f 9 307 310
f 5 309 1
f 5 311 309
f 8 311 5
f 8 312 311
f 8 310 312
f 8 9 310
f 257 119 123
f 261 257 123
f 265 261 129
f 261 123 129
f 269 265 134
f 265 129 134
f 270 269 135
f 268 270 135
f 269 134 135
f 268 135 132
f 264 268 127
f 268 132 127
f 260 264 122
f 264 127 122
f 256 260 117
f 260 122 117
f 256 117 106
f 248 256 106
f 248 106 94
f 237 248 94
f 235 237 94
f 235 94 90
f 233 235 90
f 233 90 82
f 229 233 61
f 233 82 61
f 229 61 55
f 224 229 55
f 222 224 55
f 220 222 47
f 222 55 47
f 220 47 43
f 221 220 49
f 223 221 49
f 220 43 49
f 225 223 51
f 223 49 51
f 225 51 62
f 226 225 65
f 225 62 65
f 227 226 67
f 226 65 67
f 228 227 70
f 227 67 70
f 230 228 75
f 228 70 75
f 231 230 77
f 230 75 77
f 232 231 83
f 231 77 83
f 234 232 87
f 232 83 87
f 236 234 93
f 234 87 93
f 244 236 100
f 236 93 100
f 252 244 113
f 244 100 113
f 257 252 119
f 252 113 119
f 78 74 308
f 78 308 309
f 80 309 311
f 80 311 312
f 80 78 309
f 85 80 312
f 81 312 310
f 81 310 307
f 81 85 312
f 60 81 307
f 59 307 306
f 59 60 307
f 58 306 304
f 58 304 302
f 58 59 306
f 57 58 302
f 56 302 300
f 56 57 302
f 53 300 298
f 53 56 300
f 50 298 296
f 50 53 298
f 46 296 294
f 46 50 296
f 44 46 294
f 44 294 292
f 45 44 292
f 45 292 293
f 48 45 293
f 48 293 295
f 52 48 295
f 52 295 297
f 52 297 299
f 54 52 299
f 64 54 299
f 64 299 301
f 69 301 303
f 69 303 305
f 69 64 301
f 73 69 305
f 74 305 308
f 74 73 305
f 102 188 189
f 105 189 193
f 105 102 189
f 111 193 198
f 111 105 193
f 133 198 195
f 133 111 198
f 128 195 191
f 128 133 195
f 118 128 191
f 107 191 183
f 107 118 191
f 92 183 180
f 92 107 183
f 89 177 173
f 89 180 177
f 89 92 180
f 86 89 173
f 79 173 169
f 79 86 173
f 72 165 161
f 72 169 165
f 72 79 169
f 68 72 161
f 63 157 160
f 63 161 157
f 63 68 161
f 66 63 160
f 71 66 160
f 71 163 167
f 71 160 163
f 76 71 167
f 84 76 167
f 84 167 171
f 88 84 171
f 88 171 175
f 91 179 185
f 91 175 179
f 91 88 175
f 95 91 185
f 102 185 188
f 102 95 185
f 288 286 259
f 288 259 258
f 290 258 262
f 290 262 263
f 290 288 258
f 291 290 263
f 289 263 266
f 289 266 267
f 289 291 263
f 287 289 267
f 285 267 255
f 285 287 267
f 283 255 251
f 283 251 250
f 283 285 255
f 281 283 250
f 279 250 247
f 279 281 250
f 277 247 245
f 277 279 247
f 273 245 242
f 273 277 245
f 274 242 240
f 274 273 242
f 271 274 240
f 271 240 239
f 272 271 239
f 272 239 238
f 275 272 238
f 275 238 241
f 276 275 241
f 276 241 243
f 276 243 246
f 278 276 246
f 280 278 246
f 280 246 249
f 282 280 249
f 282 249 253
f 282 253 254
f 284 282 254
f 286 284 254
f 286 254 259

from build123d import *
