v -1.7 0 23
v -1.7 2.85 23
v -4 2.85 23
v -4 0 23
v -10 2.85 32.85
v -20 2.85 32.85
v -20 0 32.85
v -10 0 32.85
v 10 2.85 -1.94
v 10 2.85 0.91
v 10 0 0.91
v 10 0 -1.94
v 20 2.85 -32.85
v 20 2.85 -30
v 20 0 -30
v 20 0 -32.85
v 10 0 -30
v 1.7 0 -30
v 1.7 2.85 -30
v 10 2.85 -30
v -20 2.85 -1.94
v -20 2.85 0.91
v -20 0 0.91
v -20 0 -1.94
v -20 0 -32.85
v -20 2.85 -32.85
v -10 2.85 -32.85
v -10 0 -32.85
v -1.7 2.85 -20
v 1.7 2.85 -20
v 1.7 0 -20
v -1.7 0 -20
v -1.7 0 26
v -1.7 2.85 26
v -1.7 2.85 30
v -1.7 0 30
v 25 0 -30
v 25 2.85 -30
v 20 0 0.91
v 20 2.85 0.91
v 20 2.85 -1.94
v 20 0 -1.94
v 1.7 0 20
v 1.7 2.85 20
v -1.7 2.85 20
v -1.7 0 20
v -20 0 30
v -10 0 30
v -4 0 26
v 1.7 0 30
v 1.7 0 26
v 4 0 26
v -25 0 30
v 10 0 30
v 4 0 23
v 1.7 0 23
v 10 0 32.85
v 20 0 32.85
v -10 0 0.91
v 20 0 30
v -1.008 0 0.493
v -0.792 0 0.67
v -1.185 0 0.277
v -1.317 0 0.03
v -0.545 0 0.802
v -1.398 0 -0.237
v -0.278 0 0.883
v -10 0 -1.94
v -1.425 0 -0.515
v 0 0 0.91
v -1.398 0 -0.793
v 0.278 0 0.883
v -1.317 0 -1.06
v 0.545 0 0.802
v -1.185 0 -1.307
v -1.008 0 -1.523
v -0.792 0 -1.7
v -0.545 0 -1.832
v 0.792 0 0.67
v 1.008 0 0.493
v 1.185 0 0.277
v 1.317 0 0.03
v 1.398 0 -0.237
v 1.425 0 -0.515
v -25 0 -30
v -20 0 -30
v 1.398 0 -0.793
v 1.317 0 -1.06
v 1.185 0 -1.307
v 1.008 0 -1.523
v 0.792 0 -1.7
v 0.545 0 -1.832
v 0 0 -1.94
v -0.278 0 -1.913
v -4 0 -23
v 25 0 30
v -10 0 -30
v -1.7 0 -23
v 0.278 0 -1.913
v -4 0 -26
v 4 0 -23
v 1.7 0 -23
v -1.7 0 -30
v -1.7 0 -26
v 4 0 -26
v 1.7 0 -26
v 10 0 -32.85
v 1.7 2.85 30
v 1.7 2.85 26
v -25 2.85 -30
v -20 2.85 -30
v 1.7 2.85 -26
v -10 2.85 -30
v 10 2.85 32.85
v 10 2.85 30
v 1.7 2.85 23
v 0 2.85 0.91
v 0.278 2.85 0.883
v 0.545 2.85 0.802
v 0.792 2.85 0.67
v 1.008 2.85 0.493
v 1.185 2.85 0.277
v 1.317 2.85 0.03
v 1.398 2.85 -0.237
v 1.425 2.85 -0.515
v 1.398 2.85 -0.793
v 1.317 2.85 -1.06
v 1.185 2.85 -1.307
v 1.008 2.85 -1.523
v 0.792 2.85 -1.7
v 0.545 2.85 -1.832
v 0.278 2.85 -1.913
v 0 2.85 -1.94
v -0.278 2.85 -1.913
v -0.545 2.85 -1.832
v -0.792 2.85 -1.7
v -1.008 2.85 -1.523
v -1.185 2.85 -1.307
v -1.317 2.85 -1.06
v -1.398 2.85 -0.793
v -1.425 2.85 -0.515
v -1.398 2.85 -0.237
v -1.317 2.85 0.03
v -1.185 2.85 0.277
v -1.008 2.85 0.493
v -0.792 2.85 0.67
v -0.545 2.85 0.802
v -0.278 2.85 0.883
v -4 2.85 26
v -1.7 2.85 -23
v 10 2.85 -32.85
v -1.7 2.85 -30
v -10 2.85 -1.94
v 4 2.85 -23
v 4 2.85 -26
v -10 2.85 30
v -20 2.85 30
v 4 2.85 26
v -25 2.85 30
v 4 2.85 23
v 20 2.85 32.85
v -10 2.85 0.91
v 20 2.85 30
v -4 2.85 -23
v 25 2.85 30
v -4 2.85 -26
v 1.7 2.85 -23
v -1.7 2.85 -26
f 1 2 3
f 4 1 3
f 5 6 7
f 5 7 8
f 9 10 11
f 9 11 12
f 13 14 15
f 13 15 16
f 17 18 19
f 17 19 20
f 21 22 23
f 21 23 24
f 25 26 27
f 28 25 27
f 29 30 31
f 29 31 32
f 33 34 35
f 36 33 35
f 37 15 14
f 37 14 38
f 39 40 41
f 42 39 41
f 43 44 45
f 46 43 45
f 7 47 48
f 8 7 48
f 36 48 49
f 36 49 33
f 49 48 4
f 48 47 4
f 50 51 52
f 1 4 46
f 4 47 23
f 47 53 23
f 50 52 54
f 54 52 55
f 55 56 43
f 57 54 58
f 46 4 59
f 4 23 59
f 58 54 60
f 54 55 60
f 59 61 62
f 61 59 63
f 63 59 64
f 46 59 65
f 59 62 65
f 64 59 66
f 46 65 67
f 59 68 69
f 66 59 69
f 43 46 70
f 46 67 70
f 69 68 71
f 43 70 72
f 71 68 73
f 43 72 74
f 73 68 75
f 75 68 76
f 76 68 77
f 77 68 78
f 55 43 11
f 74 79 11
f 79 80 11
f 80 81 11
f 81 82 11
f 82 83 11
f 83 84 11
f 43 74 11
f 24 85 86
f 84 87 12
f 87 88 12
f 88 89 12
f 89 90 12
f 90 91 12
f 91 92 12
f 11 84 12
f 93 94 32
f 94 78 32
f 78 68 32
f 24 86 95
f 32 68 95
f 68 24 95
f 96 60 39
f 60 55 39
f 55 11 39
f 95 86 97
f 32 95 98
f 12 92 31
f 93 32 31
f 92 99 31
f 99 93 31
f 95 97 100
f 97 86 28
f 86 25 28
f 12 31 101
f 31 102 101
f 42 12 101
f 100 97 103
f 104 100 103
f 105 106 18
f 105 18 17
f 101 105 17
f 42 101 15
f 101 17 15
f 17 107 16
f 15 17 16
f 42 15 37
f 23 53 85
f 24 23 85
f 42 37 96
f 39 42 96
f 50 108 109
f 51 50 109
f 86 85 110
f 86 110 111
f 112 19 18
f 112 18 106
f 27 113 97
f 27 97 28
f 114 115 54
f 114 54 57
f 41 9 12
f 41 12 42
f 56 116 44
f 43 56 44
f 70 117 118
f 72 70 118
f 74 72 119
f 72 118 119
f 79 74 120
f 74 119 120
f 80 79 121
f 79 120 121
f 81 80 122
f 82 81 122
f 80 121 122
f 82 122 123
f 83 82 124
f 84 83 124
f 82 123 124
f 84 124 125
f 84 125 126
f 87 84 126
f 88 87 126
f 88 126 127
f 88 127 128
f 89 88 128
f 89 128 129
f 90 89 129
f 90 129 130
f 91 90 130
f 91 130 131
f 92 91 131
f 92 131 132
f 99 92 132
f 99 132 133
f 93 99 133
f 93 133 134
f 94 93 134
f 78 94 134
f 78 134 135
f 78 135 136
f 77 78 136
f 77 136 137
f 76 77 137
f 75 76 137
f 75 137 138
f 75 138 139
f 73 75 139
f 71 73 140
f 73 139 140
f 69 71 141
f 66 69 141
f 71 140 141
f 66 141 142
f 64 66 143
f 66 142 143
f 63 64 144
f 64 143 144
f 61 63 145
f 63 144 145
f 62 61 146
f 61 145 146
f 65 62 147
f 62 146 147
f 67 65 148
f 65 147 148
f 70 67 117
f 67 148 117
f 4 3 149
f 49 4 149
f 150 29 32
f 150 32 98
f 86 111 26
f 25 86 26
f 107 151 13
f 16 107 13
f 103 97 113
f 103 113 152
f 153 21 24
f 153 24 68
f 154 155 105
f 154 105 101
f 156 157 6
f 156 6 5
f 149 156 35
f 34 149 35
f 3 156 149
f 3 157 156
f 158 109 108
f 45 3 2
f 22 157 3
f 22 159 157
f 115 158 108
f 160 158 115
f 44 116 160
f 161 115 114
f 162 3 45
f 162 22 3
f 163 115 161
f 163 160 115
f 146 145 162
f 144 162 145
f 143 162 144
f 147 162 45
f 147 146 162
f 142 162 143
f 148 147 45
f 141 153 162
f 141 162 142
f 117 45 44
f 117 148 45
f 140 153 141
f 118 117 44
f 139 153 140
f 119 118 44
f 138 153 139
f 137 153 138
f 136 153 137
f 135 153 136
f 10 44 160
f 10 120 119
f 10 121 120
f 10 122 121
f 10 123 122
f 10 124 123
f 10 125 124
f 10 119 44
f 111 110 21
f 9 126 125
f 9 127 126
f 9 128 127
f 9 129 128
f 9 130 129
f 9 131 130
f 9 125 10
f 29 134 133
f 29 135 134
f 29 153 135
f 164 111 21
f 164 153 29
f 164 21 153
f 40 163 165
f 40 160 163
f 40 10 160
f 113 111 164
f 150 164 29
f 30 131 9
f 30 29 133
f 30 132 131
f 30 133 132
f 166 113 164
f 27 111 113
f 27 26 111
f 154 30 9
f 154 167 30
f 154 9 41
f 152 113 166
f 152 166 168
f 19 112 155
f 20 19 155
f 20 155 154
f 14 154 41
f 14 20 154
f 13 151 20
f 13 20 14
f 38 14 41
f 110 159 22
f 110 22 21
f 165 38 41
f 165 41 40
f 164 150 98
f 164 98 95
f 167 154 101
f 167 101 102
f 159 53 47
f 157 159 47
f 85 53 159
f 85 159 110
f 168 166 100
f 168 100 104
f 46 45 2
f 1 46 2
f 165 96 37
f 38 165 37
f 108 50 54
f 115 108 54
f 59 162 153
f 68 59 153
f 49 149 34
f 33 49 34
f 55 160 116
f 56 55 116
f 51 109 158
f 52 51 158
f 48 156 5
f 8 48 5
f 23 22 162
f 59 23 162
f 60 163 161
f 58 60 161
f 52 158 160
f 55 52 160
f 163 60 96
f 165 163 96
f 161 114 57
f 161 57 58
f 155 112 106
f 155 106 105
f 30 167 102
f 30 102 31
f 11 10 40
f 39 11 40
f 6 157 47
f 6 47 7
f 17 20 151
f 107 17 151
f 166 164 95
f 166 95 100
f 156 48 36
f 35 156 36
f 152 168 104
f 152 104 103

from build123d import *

# Parameters (mm, degrees)
SKETCH1_W           = 50
SKETCH1_H           = 60
BOSS_EXTRUDE1_DEPTH = 2.85
SKETCH2_W           = 10
SKETCH2_H           = 2.85
BOSS_EXTRUDE2_DEPTH = 2.85
CUT_EXTRUDE1_DEPTH  = 42.379282256
SKETCH4_R           = 1.425
SKETCH4_W           = 10
SKETCH4_H           = 2.85
CUT_EXTRUDE2_DEPTH  = 42.379282256


with BuildPart() as part:
    # Sketch1 → Boss-Extrude1 (new body)
    with BuildSketch(Plane(origin=(0, 0, 0), x_dir=(1, 0, 0), z_dir=(0, 1, 0))):
        Rectangle(SKETCH1_W, SKETCH1_H)
    extrude(amount=BOSS_EXTRUDE1_DEPTH)

    # Sketch2 → Boss-Extrude2 (add)
    with BuildSketch(Plane(origin=(0, 2.85, 0), x_dir=(1, 0, 0), z_dir=(0, 1, 0))):
        with Locations((-15, 31.425)):
            Rectangle(SKETCH2_W, SKETCH2_H)
        with Locations((15, 31.425)):
            Rectangle(SKETCH2_W, SKETCH2_H)
    boss_extrude2 = extrude(amount=-BOSS_EXTRUDE2_DEPTH)

    # Sketch3 → Cut-Extrude1 (cut, through all)
    with BuildSketch(Plane(origin=(0, 2.85, 0), x_dir=(1, 0, 0), z_dir=(0, 1, 0))):
        Polygon((-4, 26), (-1.7, 26), (-1.7, 30), (1.7, 30), (1.7, 26), (4, 26), (4, 23), (1.7, 23), (1.7, 20), (-1.7, 20), (-1.7, 23), (-4, 23), align=None)
    cut_extrude1 = extrude(amount=-CUT_EXTRUDE1_DEPTH, mode=Mode.SUBTRACT)

    # Mirror1: Boss-Extrude2, Cut-Extrude1 across plane
    add(boss_extrude2.mirror(Plane.XY))
    add(cut_extrude1.mirror(Plane.XY), mode=Mode.SUBTRACT)

    # Sketch4 → Cut-Extrude2 (cut, through all)
    with BuildSketch(Plane(origin=(0, 2.85, 0), x_dir=(1, 0, 0), z_dir=(0, 1, 0))):
        with Locations(Location((0, 0.515, 0), (0, 0, 270))):
            Circle(SKETCH4_R)
        with Locations((-15, 0.515)):
            Rectangle(SKETCH4_W, SKETCH4_H)
        with Locations((15, 0.515)):
            Rectangle(SKETCH4_W, SKETCH4_H)
    extrude(amount=-CUT_EXTRUDE2_DEPTH, mode=Mode.SUBTRACT)


solid = part.part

---*---

### WHAT YOU WILL DO
Please reproduce, exactly as they appear above, the lines from the line containing "f 232 231 83" up to and including the line containing "f 48 45 293".

### OUTPUT BELOW
f 232 231 83
f 231 77 83
f 234 232 87
f 232 83 87
f 236 234 93
f 234 87 93
f 244 236 100
f 236 93 100
f 252 244 113
f 244 100 113
f 257 252 119
f 252 113 119
f 78 74 308
f 78 308 309
f 80 309 311
f 80 311 312
f 80 78 309
f 85 80 312
f 81 312 310
f 81 310 307
f 81 85 312
f 60 81 307
f 59 307 306
f 59 60 307
f 58 306 304
f 58 304 302
f 58 59 306
f 57 58 302
f 56 302 300
f 56 57 302
f 53 300 298
f 53 56 300
f 50 298 296
f 50 53 298
f 46 296 294
f 46 50 296
f 44 46 294
f 44 294 292
f 45 44 292
f 45 292 293
f 48 45 293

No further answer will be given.